Pour Inception, je m’attendais donc à une date et un choc. A ressortir de la salle un peu groggy avec le sentiment de ne pas pouvoir oublier la séance, qu’elle restera à tout jamais pour plein de raisons différentes.
Là-dessus, c’est presque réussi. Inception fera date, c’est incontestable. C’est brillant, effréné (malgré la longueur, on n’a jamais l’impression que la tension retombe) et bluffant. Nolan distille ses séquences avec minutie et intelligence, s’appuie sur un montage efficace et une bande-son impressionnante (la musique de Zimmer peut sembler « envahissante », je l’ai adorée, trouvant qu’elle collait parfaitement au rendu du film). Les interprètes paraissent choisis avec un soin particulier et la cohérence du casting est surprenante, malgré leurs origines disparates.
Nous avons donc un grand film d’action, démesuré, sur fond de SF. Matrix, en son temps, nous avait fait le coup.
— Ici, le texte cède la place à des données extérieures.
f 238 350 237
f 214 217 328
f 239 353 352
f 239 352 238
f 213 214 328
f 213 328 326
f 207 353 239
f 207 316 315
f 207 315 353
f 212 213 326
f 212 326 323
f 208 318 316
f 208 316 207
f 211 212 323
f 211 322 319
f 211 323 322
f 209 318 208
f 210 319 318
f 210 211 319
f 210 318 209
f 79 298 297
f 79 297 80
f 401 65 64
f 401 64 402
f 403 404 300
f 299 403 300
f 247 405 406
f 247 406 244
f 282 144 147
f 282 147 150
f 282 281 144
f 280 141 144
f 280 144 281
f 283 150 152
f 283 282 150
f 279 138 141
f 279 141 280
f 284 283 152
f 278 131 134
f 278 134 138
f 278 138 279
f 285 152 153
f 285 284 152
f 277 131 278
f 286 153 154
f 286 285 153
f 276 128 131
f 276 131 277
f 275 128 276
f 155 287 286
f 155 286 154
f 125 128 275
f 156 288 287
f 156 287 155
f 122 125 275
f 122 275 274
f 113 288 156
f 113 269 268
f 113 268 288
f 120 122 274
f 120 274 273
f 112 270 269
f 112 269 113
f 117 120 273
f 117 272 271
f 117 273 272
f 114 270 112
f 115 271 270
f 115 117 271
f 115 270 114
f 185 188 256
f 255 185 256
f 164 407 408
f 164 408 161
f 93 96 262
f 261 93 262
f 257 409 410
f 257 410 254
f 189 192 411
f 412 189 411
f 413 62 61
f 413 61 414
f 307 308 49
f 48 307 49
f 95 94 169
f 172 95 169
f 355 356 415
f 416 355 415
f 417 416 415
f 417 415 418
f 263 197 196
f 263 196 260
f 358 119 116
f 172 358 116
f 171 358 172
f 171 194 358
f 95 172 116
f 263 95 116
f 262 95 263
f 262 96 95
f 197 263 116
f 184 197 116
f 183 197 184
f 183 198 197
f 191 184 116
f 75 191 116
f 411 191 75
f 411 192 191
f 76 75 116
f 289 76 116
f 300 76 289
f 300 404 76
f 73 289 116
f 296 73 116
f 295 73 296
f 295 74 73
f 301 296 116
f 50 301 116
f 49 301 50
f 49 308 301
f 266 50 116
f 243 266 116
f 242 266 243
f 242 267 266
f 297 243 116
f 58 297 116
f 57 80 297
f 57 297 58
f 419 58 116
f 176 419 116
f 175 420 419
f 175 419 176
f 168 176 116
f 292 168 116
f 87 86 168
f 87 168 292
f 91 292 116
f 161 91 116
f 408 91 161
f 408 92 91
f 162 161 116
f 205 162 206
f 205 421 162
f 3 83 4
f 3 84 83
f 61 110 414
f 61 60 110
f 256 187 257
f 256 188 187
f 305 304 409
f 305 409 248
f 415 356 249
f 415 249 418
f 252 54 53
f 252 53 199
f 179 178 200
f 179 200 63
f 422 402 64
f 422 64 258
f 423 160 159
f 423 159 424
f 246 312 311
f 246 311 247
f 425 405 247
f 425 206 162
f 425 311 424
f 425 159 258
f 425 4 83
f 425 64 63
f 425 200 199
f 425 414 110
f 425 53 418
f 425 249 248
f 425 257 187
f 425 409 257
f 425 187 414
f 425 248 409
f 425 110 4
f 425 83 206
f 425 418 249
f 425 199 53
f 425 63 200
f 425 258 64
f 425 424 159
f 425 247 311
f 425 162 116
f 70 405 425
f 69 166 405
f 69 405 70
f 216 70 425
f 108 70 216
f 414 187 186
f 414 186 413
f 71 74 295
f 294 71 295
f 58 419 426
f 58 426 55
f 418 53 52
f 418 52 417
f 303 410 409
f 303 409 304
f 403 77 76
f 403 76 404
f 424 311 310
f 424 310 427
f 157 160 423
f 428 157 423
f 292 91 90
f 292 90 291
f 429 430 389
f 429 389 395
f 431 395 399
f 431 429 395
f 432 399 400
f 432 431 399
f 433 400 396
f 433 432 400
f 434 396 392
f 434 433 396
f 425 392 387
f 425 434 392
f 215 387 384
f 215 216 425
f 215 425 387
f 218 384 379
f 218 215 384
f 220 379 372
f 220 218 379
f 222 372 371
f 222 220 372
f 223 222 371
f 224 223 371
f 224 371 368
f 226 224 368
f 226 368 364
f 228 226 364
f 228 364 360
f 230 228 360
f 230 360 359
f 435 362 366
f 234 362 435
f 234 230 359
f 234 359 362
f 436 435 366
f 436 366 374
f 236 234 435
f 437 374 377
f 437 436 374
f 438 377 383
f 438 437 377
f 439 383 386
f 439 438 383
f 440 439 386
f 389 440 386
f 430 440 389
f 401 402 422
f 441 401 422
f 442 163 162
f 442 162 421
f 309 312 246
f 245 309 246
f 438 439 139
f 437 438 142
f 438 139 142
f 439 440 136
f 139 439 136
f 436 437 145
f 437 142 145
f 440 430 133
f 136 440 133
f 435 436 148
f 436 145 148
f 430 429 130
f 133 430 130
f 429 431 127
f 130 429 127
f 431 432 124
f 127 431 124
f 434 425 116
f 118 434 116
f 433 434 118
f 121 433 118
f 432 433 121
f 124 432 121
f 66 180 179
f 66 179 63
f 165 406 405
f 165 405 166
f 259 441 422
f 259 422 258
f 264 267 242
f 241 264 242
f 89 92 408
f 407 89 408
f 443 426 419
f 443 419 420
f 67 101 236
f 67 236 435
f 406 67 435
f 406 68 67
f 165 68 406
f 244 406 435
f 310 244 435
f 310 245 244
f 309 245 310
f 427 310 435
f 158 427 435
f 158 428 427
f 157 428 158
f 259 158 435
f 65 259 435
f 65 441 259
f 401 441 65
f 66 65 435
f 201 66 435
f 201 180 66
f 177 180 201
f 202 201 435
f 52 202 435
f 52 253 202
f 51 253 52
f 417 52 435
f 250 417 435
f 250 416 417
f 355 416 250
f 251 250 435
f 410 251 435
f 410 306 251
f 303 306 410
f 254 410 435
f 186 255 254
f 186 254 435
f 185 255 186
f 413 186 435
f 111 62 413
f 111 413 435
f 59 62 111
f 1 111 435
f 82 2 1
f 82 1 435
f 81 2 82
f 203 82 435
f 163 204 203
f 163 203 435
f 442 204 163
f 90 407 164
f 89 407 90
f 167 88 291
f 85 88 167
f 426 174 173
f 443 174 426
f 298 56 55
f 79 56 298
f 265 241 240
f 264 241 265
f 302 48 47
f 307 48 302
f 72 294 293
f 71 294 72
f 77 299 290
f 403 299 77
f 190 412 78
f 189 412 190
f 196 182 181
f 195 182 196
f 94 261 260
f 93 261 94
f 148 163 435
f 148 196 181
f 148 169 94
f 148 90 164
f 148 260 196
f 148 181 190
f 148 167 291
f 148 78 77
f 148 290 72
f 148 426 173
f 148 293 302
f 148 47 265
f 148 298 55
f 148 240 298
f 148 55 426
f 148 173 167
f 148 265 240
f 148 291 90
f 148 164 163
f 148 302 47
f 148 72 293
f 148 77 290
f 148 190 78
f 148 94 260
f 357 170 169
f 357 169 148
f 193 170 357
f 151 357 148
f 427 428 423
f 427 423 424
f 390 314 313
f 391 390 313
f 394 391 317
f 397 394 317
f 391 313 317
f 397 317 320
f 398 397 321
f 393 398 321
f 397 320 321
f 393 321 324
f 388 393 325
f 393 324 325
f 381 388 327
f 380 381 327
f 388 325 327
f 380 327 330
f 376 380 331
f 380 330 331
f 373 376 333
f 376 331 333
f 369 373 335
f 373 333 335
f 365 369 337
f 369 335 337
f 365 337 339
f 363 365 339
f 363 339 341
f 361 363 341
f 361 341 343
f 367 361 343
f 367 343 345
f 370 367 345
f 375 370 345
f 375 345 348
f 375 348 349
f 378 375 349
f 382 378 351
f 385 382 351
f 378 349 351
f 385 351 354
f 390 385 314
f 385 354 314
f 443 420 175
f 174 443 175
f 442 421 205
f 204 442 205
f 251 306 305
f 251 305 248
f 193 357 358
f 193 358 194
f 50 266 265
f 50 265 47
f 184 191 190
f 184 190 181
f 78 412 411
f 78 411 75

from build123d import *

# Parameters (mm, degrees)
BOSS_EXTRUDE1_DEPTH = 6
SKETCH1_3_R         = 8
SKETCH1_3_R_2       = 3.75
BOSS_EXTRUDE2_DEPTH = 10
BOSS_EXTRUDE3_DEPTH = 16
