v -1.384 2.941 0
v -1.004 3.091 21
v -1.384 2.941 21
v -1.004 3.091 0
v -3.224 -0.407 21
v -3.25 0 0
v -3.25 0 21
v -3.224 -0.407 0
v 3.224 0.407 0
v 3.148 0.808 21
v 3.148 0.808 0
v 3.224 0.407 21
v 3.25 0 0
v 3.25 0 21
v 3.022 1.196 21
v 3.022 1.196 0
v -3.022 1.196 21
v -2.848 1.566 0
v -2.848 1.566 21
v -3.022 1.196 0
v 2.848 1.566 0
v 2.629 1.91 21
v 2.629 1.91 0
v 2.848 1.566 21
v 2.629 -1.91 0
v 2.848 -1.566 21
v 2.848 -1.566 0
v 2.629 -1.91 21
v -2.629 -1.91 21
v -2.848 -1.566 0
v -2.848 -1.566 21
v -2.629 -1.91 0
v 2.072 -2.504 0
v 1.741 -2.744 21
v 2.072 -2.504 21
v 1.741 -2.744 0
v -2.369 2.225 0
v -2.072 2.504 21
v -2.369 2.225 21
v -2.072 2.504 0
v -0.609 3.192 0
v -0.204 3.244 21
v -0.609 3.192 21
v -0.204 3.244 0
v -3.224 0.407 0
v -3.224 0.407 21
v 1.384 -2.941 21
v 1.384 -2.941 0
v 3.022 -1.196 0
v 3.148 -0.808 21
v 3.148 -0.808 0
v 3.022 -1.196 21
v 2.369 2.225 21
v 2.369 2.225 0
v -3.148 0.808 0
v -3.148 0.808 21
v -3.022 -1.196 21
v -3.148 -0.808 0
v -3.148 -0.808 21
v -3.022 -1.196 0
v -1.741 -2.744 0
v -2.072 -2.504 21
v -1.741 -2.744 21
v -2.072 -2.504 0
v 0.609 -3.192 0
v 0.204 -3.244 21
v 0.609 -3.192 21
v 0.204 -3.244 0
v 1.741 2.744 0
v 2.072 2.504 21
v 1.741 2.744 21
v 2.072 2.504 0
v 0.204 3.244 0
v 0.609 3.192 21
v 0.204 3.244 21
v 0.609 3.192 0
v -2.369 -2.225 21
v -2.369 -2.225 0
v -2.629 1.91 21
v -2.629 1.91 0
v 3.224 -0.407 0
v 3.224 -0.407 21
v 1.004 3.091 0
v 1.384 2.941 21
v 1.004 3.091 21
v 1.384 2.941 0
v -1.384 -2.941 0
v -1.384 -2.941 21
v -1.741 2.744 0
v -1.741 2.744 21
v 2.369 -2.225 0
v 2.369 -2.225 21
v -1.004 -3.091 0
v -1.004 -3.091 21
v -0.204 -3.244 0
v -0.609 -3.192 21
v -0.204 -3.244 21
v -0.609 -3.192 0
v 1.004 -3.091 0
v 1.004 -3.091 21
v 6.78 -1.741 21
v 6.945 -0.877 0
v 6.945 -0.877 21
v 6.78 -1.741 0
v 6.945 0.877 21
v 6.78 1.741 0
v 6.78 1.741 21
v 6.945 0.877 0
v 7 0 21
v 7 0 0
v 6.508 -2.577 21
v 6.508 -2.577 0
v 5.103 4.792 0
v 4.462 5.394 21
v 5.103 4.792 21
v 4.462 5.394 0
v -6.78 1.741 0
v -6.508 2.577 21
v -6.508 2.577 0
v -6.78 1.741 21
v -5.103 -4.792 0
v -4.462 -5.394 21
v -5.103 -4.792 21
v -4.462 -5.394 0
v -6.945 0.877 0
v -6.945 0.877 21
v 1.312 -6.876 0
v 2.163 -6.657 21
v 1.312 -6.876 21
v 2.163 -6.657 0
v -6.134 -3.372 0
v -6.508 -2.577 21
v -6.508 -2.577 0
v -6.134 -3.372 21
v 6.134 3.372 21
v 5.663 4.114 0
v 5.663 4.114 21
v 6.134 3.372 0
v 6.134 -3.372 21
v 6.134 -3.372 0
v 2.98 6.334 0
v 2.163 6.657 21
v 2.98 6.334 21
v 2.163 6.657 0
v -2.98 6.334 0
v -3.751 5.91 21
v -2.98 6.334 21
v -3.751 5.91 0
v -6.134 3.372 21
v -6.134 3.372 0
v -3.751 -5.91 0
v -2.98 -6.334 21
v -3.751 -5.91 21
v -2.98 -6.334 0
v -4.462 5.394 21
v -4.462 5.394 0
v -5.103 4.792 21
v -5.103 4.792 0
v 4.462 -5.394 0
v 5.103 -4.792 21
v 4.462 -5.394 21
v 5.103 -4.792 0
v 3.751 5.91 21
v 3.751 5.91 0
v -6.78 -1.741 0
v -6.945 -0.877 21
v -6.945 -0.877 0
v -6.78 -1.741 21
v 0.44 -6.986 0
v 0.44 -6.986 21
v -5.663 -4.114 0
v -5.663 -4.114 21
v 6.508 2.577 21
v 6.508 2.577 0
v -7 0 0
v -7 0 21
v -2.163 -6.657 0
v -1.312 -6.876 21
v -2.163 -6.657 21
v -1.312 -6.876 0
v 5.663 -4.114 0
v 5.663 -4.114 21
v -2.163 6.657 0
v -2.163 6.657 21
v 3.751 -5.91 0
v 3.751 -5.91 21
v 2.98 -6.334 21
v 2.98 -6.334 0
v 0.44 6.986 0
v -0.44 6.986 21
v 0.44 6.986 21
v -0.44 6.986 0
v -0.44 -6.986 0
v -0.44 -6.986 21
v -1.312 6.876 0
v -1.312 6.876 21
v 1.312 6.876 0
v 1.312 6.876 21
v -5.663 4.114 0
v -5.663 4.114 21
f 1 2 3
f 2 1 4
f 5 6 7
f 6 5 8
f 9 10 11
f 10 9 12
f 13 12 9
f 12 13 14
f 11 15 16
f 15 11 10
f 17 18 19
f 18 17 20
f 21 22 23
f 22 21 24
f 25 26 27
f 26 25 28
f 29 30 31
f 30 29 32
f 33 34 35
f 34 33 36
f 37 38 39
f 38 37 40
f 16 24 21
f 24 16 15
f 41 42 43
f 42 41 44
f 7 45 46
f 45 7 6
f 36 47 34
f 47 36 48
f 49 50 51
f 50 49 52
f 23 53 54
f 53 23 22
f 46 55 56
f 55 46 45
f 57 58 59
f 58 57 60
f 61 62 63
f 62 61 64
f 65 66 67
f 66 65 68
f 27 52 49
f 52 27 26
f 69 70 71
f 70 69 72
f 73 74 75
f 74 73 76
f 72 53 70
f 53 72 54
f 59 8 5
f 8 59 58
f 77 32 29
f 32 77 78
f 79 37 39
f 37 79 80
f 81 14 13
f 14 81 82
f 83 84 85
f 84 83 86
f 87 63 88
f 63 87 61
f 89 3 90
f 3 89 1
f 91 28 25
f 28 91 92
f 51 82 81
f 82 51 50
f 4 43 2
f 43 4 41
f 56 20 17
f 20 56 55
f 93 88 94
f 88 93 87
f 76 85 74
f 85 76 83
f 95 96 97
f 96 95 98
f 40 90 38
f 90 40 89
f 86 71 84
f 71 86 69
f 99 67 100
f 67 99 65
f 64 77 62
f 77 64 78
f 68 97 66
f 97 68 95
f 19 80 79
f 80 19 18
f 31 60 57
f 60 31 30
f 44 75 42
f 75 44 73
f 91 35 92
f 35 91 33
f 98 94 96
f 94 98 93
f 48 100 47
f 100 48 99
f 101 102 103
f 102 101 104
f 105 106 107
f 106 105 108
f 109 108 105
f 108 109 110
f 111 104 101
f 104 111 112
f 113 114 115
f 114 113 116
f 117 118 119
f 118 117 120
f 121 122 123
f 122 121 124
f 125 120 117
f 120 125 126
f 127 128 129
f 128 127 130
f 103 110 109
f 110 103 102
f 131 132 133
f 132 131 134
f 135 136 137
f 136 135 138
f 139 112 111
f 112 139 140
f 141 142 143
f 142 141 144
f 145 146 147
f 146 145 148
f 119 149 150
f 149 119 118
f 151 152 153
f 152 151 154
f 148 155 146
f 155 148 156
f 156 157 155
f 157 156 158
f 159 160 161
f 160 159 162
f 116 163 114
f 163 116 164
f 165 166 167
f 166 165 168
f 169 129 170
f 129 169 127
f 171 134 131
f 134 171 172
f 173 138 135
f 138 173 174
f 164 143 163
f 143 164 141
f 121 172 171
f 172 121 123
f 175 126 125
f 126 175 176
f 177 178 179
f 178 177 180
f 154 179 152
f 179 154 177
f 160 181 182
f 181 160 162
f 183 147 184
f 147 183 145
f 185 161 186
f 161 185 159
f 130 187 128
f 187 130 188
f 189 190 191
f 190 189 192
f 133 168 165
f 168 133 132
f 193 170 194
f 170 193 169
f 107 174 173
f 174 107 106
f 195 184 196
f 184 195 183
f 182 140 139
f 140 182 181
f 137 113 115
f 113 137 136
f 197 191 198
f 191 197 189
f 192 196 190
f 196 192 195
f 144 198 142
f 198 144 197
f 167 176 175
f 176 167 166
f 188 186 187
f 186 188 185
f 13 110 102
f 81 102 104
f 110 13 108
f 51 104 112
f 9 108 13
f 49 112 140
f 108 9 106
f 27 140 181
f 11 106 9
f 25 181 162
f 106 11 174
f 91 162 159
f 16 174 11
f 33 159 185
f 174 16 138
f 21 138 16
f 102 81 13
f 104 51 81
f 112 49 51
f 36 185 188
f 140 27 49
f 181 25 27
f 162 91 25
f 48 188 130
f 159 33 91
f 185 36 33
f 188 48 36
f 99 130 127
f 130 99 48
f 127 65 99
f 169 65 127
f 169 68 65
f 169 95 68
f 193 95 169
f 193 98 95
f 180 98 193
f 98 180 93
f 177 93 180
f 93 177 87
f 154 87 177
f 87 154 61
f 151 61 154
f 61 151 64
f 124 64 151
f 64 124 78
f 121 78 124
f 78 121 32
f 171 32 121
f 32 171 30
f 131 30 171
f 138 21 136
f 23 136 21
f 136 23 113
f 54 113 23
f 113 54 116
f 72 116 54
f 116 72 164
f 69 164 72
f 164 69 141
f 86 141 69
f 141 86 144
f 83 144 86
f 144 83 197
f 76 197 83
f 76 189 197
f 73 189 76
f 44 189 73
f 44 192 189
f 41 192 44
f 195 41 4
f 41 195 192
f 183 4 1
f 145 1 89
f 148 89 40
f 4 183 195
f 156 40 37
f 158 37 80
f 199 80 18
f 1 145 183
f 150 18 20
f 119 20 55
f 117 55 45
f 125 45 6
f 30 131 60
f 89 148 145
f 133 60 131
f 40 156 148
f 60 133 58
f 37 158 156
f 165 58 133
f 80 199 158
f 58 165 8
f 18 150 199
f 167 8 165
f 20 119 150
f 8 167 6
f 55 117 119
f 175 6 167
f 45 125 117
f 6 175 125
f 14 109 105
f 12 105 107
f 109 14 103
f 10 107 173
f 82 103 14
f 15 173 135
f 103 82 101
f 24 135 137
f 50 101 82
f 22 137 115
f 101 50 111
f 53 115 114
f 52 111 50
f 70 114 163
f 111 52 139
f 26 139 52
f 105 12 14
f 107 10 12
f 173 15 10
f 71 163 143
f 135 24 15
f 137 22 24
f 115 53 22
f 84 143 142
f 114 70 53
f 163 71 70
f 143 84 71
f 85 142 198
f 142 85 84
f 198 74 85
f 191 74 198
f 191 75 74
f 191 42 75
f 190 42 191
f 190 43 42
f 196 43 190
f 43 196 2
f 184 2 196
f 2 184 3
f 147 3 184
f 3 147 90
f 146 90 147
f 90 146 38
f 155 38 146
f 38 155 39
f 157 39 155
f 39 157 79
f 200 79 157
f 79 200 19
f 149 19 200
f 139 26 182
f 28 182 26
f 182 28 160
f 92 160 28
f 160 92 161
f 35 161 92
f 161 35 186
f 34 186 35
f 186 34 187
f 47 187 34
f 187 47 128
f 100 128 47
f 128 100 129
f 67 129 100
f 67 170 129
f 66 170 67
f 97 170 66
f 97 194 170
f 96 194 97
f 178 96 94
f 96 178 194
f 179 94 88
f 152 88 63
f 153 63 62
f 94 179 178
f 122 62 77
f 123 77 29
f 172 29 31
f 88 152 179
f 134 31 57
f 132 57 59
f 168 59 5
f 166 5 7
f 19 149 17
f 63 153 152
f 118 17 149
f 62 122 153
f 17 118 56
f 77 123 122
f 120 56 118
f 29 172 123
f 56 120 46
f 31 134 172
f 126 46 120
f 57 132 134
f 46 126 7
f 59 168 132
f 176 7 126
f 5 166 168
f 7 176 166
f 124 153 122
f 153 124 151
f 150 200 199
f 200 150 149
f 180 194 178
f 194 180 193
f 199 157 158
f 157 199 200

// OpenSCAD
$fn = 50;


difference() {
	union() {
		*color(alpha = 1.0000000000, c = "gray") {
			translate(v = [0, 7, 0]) {
				linear_extrude(height = 1) {
					text(font = "Arial:style=Bold", halign = "center", size = 4.5000000000, text = "COMMENT plate main", valign = "center");
				}
			}
		}
		*color(alpha = 1.0000000000, c = "gray") {
			translate(v = [0, 14, 0]) {
				linear_extrude(height = 1) {
					text(font = "Arial:style=Bold", halign = "center", size = 4.5000000000, text = "COMMENT description oobb_plate_shape_p_type_21_depth_1_width_1_height_21_thickness_true_both_holes", valign = "center");
				}
			}
		}
		cylinder(h = 21, r = 7.0000000000);
	}
	union() {
		*color(alpha = 1.0000000000, c = "gray") {
			translate(v = [0, 7, 0]) {
				linear_extrude(height = 1) {
					text(font = "Arial:style=Bold", halign = "center", size = 4.5000000000, text = "COMMENT holes main", valign = "center");
				}
			}
		}
		*color(alpha = 1.0000000000, c = "gray") {
			translate(v = [0, 14, 0]) {
				linear_extrude(height = 1) {
					text(font = "Arial:style=Bold", halign = "center", size = 4.5000000000, text = "COMMENT description oobb_holes_shape_n_type_1_width_1_height_21_thickness_true_both_holes", valign = "center");
				}
			}
		}
		translate(v = [0, 0, -50]) {
			cylinder(h = 100, r = 3.2500000000);
		}
		translate(v = [0, 0, -50]) {
			cylinder(h = 100, r = 1.8000000000);
		}
	}
}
Otez-y tout discours philosophique lénifiant et renforcez les implications morales et vous vous rapprochez de l’expérience Inception. Et puis, malgré des effets spéciaux au rendu incroyable, il n’y a pas non plus ce côté tapageur, ostentatoire ou clinquant : le film de Nolan ne lancera vraisemblablement pas de mode vestimentaire (à moins qu’on voie les élèves se rendre à l’école avec une mallette métallique ?). Tout au plus d’autres productions s’engouffreront-elles dans l’exploration de l’inconscient.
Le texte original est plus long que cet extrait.